Tenten as a weapon-maniac tomboy; Chouji as a binge eater with no life; Sakura as someone whose only purpose in the plot is fangirling over Sasuke/Naruto/whoever it is; Shikamaru constantly saying "Troublesome" and acting lazily; and so on and so forth.
Seriously, ever heard of in-depth characterisation? There's more to the characters than their main hobby/love interest/general attitude.


----------



## Kakashifan727 (Feb 18, 2011)

i dunno if it's a cliche but something I personally find odd. In most of the OC-takes in Naruto/Sasuke and tries to care for them fics, they do everything almost perfectly and Naruto turns up the way he should in canon, albiet with a few changes. However, if they're not ninja who obviously have a damn good payroll, just working at Ichiraku's isn't going to cut it. It has to be at least minimum wage and those apartments don't look that cheap. They'd need at least two jobs, though that depends if they get the magical loan from the Sandaime plot device that usually happens. After working for those long hours, how the heck would they be able to train the kid, feed, bathe etc? 

They'd pass out eventually or just be exhausted/cranky for most of the day. Especially with the teenage kids who are about college age, though most IRL are usually independent, some aren't. How could they take care of themselves, much less a 6-8 year old kid for five(?) years while working two jobs that are probably 6 hours long? It'd be impossible and we all know that the kid would suffer some small negligence as to the parent not being home due to the job, etc. 

I dunno really...just my two cents on that.


----------



## Divi (Feb 18, 2011)

Oh god, this thread. So much truth. Must post my two cents WHICH IS LONG SO BEWARE.
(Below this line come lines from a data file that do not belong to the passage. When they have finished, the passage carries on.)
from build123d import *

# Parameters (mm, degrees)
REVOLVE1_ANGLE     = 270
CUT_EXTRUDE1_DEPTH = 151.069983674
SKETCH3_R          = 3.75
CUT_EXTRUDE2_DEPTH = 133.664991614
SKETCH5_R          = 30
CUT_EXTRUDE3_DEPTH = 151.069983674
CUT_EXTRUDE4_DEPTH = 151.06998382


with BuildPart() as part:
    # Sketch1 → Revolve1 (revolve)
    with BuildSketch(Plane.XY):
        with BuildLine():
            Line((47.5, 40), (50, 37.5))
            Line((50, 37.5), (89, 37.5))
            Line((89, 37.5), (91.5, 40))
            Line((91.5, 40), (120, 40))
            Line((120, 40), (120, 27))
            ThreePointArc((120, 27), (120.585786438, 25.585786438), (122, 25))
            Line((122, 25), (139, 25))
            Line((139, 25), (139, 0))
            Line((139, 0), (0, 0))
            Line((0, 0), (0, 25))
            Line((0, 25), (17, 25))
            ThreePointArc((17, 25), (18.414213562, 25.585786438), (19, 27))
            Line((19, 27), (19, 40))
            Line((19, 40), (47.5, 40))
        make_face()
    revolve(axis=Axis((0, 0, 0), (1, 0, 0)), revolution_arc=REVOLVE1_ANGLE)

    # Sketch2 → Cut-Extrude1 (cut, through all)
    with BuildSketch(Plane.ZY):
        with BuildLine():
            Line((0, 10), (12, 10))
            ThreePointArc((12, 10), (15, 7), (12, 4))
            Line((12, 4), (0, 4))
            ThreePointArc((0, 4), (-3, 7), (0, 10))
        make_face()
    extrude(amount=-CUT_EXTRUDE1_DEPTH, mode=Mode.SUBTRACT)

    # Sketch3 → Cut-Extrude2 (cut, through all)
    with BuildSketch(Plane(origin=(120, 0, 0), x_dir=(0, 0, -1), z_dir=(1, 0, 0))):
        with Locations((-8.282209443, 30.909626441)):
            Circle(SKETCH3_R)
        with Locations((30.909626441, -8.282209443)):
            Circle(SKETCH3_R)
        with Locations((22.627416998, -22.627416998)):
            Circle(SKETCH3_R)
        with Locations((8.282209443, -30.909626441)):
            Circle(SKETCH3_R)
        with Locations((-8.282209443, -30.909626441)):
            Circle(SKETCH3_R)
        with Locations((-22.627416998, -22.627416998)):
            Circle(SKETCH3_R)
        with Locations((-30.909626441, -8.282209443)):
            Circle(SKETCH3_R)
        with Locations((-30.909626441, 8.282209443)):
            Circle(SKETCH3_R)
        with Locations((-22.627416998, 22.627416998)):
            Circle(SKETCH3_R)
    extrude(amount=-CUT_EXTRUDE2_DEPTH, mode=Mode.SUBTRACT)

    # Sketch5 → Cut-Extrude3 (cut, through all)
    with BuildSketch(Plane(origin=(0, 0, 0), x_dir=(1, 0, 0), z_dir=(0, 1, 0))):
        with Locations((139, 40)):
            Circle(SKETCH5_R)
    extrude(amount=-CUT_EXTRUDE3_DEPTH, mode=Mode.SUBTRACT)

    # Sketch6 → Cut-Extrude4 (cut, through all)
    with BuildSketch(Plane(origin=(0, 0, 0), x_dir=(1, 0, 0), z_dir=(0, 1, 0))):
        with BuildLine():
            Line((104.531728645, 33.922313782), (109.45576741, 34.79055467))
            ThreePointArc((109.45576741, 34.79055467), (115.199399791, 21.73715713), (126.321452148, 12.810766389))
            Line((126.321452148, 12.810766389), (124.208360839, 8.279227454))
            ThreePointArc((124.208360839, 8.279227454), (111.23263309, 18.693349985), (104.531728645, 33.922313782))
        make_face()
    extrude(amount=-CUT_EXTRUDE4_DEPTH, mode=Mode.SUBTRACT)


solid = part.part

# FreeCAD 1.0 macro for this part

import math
import FreeCAD as App
import Part
import Sketcher
from FreeCAD import Vector
Q = App.Units.Quantity

doc = App.newDocument("Part")
body = doc.addObject("PartDesign::Body", "Body")

# Sketch on XY plane
sketch1 = body.newObject("Sketcher::SketchObject", "Sketch")
sketch1.AttachmentSupport = (doc.getObject("XY_Plane"), [""])
sketch1.MapMode = "FlatFace"
sketch1.addGeometry([
    Part.LineSegment(Vector(50, 37.5, 0), Vector(47.5, 40, 0)),  # 0
    Part.LineSegment(Vector(47.5, 40, 0), Vector(19, 40, 0)),  # 1
    Part.LineSegment(Vector(19, 40, 0), Vector(19, 27, 0)),  # 2
    Part.ArcOfCircle(Part.Circle(Vector(17, 27, 0), Vector(0, 0, 1), 2), math.radians(-90), math.radians(0)),  # 3
    Part.LineSegment(Vector(17, 25, 0), Vector(0, 25, 0)),  # 4
    Part.LineSegment(Vector(0, 25, 0), Vector(0, 0, 0)),  # 5
    Part.LineSegment(Vector(0, 0, 0), Vector(139, 0, 0)),  # 6
    Part.LineSegment(Vector(139, 0, 0), Vector(139, 25, 0)),  # 7
    Part.LineSegment(Vector(139, 25, 0), Vector(122, 25, 0)),  # 8
    Part.ArcOfCircle(Part.Circle(Vector(122, 27, 0), Vector(0, 0, 1), 2), math.radians(-180), math.radians(-90)),  # 9
    Part.LineSegment(Vector(120, 27, 0), Vector(120, 40, 0)),  # 10
    Part.LineSegment(Vector(120, 40, 0), Vector(91.5, 40, 0)),  # 11
    Part.LineSegment(Vector(91.5, 40, 0), Vector(89, 37.5, 0)),  # 12
    Part.LineSegment(Vector(89, 37.5, 0), Vector(50, 37.5, 0)),  # 13
], False)
sketch1.addConstraint([
    Sketcher.Constraint("Coincident", 0, 2, 1, 1),
    Sketcher.Constraint("Coincident", 1, 2, 2, 1),
    Sketcher.Constraint("Tangent", 2, 2, 3, 2),
    Sketcher.Constraint("Tangent", 3, 1, 4, 1),
    Sketcher.Constraint("Coincident", 4, 2, 5, 1),
    Sketcher.Constraint("Coincident", 5, 2, 6, 1),
    Sketcher.Constraint("Coincident", 6, 2, 7, 1),
    Sketcher.Constraint("Coincident", 7, 2, 8, 1),
    Sketcher.Constraint("Tangent", 8, 2, 9, 2),
    Sketcher.Constraint("Tangent", 9, 1, 10, 1),
    Sketcher.Constraint("Coincident", 10, 2, 11, 1),
    Sketcher.Constraint("Coincident", 11, 2, 12, 1),
    Sketcher.Constraint("Coincident", 12, 2, 13, 1),
    Sketcher.Constraint("Coincident", 13, 2, 0, 1),
    Sketcher.Constraint("Horizontal", 1),
    Sketcher.Constraint("Vertical", 2),
    Sketcher.Constraint("Horizontal", 4),
    Sketcher.Constraint("Vertical", 5),
    Sketcher.Constraint("Horizontal", 6),
    Sketcher.Constraint("Vertical", 7),
    Sketcher.Constraint("Horizontal", 8),
    Sketcher.Constraint("Vertical", 10),
    Sketcher.Constraint("Horizontal", 11),
    Sketcher.Constraint("Horizontal", 13),
    Sketcher.Constraint("Coincident", 5, 2, -1, 1),
    Sketcher.Constraint("Equal", 3, 9),
    Sketcher.Constraint("Perpendicular", 0, 12),
    Sketcher.Constraint("Horizontal", 3, 3, 9, 3),
    Sketcher.Constraint("Horizontal", 1, 2, 10, 2),
    Sketcher.Constraint("Equal", 4, 8),
    Sketcher.Constraint("Equal", 1, 11),
    Sketcher.Constraint("Equal", 0, 12),
    Sketcher.Constraint("Radius", 3, 2.0),
    Sketcher.Constraint("DistanceX", 4, 2, 4, 1, 17.0),
    Sketcher.Constraint("DistanceX", 6, 1, 6, 2, 139.0),
    Sketcher.Constraint("DistanceX", 13, 2, 13, 1, 39.0),
    Sketcher.Constraint("DistanceY", 2, 2, 2, 1, 13.0),
    Sketcher.Constraint("DistanceY", 5, 2, 5, 1, 25.0),
    Sketcher.Constraint("DistanceX", 1, 2, 1, 1, 28.5),
])
revolution = body.newObject("PartDesign::Revolution", "Revolution")
revolution.Profile = sketch1
revolution.ReferenceAxis = (sketch1, ["H_Axis"])
revolution.Angle = 270

# Sketch on YZ plane
sketch2 = body.newObject("Sketcher::SketchObject", "Sketch001")
sketch2.AttachmentSupport = (doc.getObject("YZ_Plane"), [""])
sketch2.MapMode = "FlatFace"
sketch2.addGeometry([
    Part.LineSegment(Vector(10, 12, 0), Vector(10, 0, 0)),
    Part.ArcOfCircle(Part.Circle(Vector(7, 0, 0), Vector(0, 0, 1), 3), math.radians(180), math.radians(360)),
    Part.LineSegment(Vector(4, 0, 0), Vector(4, 12, 0)),
    Part.ArcOfCircle(Part.Circle(Vector(7, 12, 0), Vector(0, 0, 1), 3), math.radians(0), math.radians(180)),
], False)
sketch2.addConstraint([
    Sketcher.Constraint("Tangent", 0, 2, 1, 2),
    Sketcher.Constraint("Tangent", 1, 1, 2, 1),
    Sketcher.Constraint("Tangent", 2, 2, 3, 2),
    Sketcher.Constraint("Tangent", 3, 1, 0, 1),
    Sketcher.Constraint("Vertical", 0),
    Sketcher.Constraint("Vertical", 2),
    Sketcher.Constraint("PointOnObject", 1, 3, -1),
    Sketcher.Constraint("Radius", 1, 3.0),
    Sketcher.Constraint("DistanceY", 0, 2, 0, 1, 12.0),
    Sketcher.Constraint("DistanceX", -1, 1, 1, 3, 7.0),
])
pocket1 = body.newObject("PartDesign::Pocket", "Pocket")
pocket1.Profile = sketch2
pocket1.Type = "ThroughAll"
pocket1.Reversed = True

# Sketch on YZ plane
sketch3 = body.newObject("Sketcher::SketchObject", "Sketch002")
sketch3.AttachmentSupport = (doc.getObject("YZ_Plane"), [""])
sketch3.MapMode = "FlatFace"
sketch3.AttachmentOffset = App.Placement(Vector(0, 0, 120), App.Rotation())
sketch3.addGeometry([
    Part.Circle(Vector(30.9, 8.3, 0), Vector(0, 0, 1), 3.8),  # 0
    Part.Circle(Vector(-8.3, -30.9, 0), Vector(0, 0, 1), 3.8),  # 1
    Part.Circle(Vector(-22.6, -22.6, 0), Vector(0, 0, 1), 3.8),  # 2
    Part.Circle(Vector(-30.9, -8.3, 0), Vector(0, 0, 1), 3.8),  # 3
    Part.Circle(Vector(-30.9, 8.3, 0), Vector(0, 0, 1), 3.8),  # 4
    Part.Circle(Vector(-22.6, 22.6, 0), Vector(0, 0, 1), 3.8),  # 5
    Part.Circle(Vector(-8.3, 30.9, 0), Vector(0, 0, 1), 3.8),  # 6
    Part.Circle(Vector(8.3, 30.9, 0), Vector(0, 0, 1), 3.8),  # 7
    Part.Circle(Vector(22.6, 22.6, 0), Vector(0, 0, 1), 3.8),  # 8
], False)
sketch3.addConstraint([
    Sketcher.Constraint("Equal", 0, 1),
    Sketcher.Constraint("Equal", 1, 2),
    Sketcher.Constraint("Equal", 2, 3),
    Sketcher.Constraint("Equal", 3, 4),
    Sketcher.Constraint("Equal", 4, 5),
    Sketcher.Constraint("Equal", 5, 6),
    Sketcher.Constraint("Equal", 6, 7),
    Sketcher.Constraint("Equal", 7, 8),
    Sketcher.Constraint("Symmetric", 0, 3, 3, 3, -1, 1),
    Sketcher.Constraint("Symmetric", 1, 3, 7, 3, -1, 1),
    Sketcher.Constraint("Symmetric", 2, 3, 8, 3, -1, 1),
    Sketcher.Constraint("Symmetric", 0, 3, 4, 3, -2),
    Sketcher.Constraint("Symmetric", 6, 3, 7, 3, -2),
    Sketcher.Constraint("Symmetric", 5, 3, 8, 3, -2),
    Sketcher.Constraint("Diameter", 0, 7.5),
    Sketcher.Constraint("DistanceY", -1, 1, 0, 3, 8.282209),
    Sketcher.Constraint("DistanceX", 1, 3, -1, 1, 8.282209),
    Sketcher.Constraint("DistanceY", 1, 3, 2, 3, 8.282209),
    Sketcher.Constraint("DistanceX", 3, 3, 2, 3, 8.282209),
    Sketcher.Constraint("DistanceX", -1, 1, 0, 3, 30.909626),
    Sketcher.Constraint("DistanceY", 1, 3, -1, 1, 30.909626),
])
pocket2 = body.newObject("PartDesign::Pocket", "Pocket001")
pocket2.Profile = sketch3
pocket2.Type = "ThroughAll"

# Sketch on XZ plane
sketch4 = body.newObject("Sketcher::SketchObject", "Sketch003")
sketch4.AttachmentSupport = (doc.getObject("XZ_Plane"), [""])
sketch4.MapMode = "FlatFace"
sketch4.addGeometry(Part.Circle(Vector(139, -40, 0), Vector(0, 0, 1), 30), False)
sketch4.addConstraint([
    Sketcher.Constraint("Diameter", 0, 60.0),
    Sketcher.Constraint("DistanceX", -1, 1, 0, 3, 139.0),
    Sketcher.Constraint("DistanceY", 0, 3, -1, 1, 40.0),
])
pocket3 = body.newObject("PartDesign::Pocket", "Pocket002")
pocket3.Profile = sketch4
pocket3.Type = "ThroughAll"
pocket3.Reversed = True

# Sketch on XZ plane
sketch5 = body.newObject("Sketcher::SketchObject", "Sketch004")
sketch5.AttachmentSupport = (doc.getObject("XZ_Plane"), [""])
sketch5.MapMode = "FlatFace"
sketch5.addGeometry([
    Part.LineSegment(Vector(109.5, -34.8, 0), Vector(104.5, -33.9, 0)),
    Part.ArcOfCircle(Part.Circle(Vector(139, -40, 0), Vector(0, 0, 1), 35), math.radians(115), math.radians(170)),
    Part.LineSegment(Vector(124.2, -8.3, 0), Vector(126.3, -12.8, 0)),
    Part.ArcOfCircle(Part.Circle(Vector(139, -40, 0), Vector(0, 0, 1), 30), math.radians(115), math.radians(170)),
], False)
sketch5.addConstraint([
    Sketcher.Constraint("Coincident", 0, 2, 1, 2),
    Sketcher.Constraint("Coincident", 1, 1, 2, 1),
    Sketcher.Constraint("Coincident", 2, 2, 3, 1),
    Sketcher.Constraint("Coincident", 3, 2, 0, 1),
    Sketcher.Constraint("Coincident", 3, 3, 1, 3),
    Sketcher.Constraint("Radius", 1, 35.0),
    Sketcher.Constraint("Radius", 3, 30.0),
    Sketcher.Constraint("Angle", 0, Q("170 deg")),
    Sketcher.Constraint("Angle", 2, Q("-65 deg")),
    Sketcher.Constraint("DistanceX", -1, 1, 1, 3, 139.0),
    Sketcher.Constraint("DistanceY", 1, 3, -1, 1, 40.0),
    Sketcher.Constraint("DistanceX", -1, 1, 0, 2, 104.531729),
    Sketcher.Constraint("DistanceX", -1, 1, 1, 1, 124.208361),
])
pocket4 = body.newObject("PartDesign::Pocket", "Pocket003")
pocket4.Profile = sketch5
pocket4.Type = "ThroughAll"
pocket4.Reversed = True

doc.recompute()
Y'see, I do fall in the fanfiction writer category who writes both canonxcanon and canonxoc, but I really, really make it a number 1 point to avoid clich?s. I've read a lot of fanfiction before I started out, so I knew what bullshit to avoid. I'm not the best, not by any chance, but I like the characters and I specialize mainly in the Akatsuki because I researched them before I wrote them. This is to keep everything nice and in-character. I am in fact so hellbent on improvement that I occasionally message a random user on FF.net to critique me to the best of their ability, and I make sure they don't know me so they can give me constructive crit without being biased.

Now, here's my list of clich?s which I dread:

Itachi = Either still your old school sadistic Itachi before the manga happened, or you've got your overly nice Itachi who is so openly nice even Deidara would frown. 
Pein = Usually the rapist. Mostly the rapist. He's just always so out-of-character I want to bang my head on my keyboard. They always make them out to be the ultimate bad guy in fanfiction, kicking the OC's love life in the crotch at every turn because it gets him off. He is so butchered in fanfiction.
Madara = Well, this one is tricky. Tobi indeed always befriends the OC, whereas Madara is usually obsessed with the OC for some unknown reason. Also rapist. Pre-Konoha Madara is also included, which just gets worse. 
Deidara = Gentle. Always gentle and nice. This is my main pet peeve, because he is not. He blows shit up, he's slightly maniacal in his way of blowing shit up, and he's rude and arrogant. Fuck the nice guy syndrome just because he _looks_ like a nice guy.
Sasori = Butchered. Giving him emotions, giving him fully functional genitals for the sweet sweet lemons, making him give a crap about people when he was fully prepared to murder the woman who raised him since he was a child...
Kisame = Another pet peeve. Just because he's not pretty people don't have to kick him to the curb. I love his character and his sharky-ness, and especially his partnership with Itachi. 
Kakuzu = Well, he's not hard to interpret. He's somewhat similar to Sasori if you just replace the puppet thing with money and give him more attitude. But even that is screwed up in fanfiction.
Hidan = Rapist, always tries to fuck with the OC, swears a lot more than he actually does. (I've seen the fanfiction, and they really get ridiculous sometimes.) 
Konan = A nice lady. See, another annoyance. Just because she's a woman, she's portrayed as the one who helps people. I see her more as the type who keeps to herself, since she's only there for Nagato. 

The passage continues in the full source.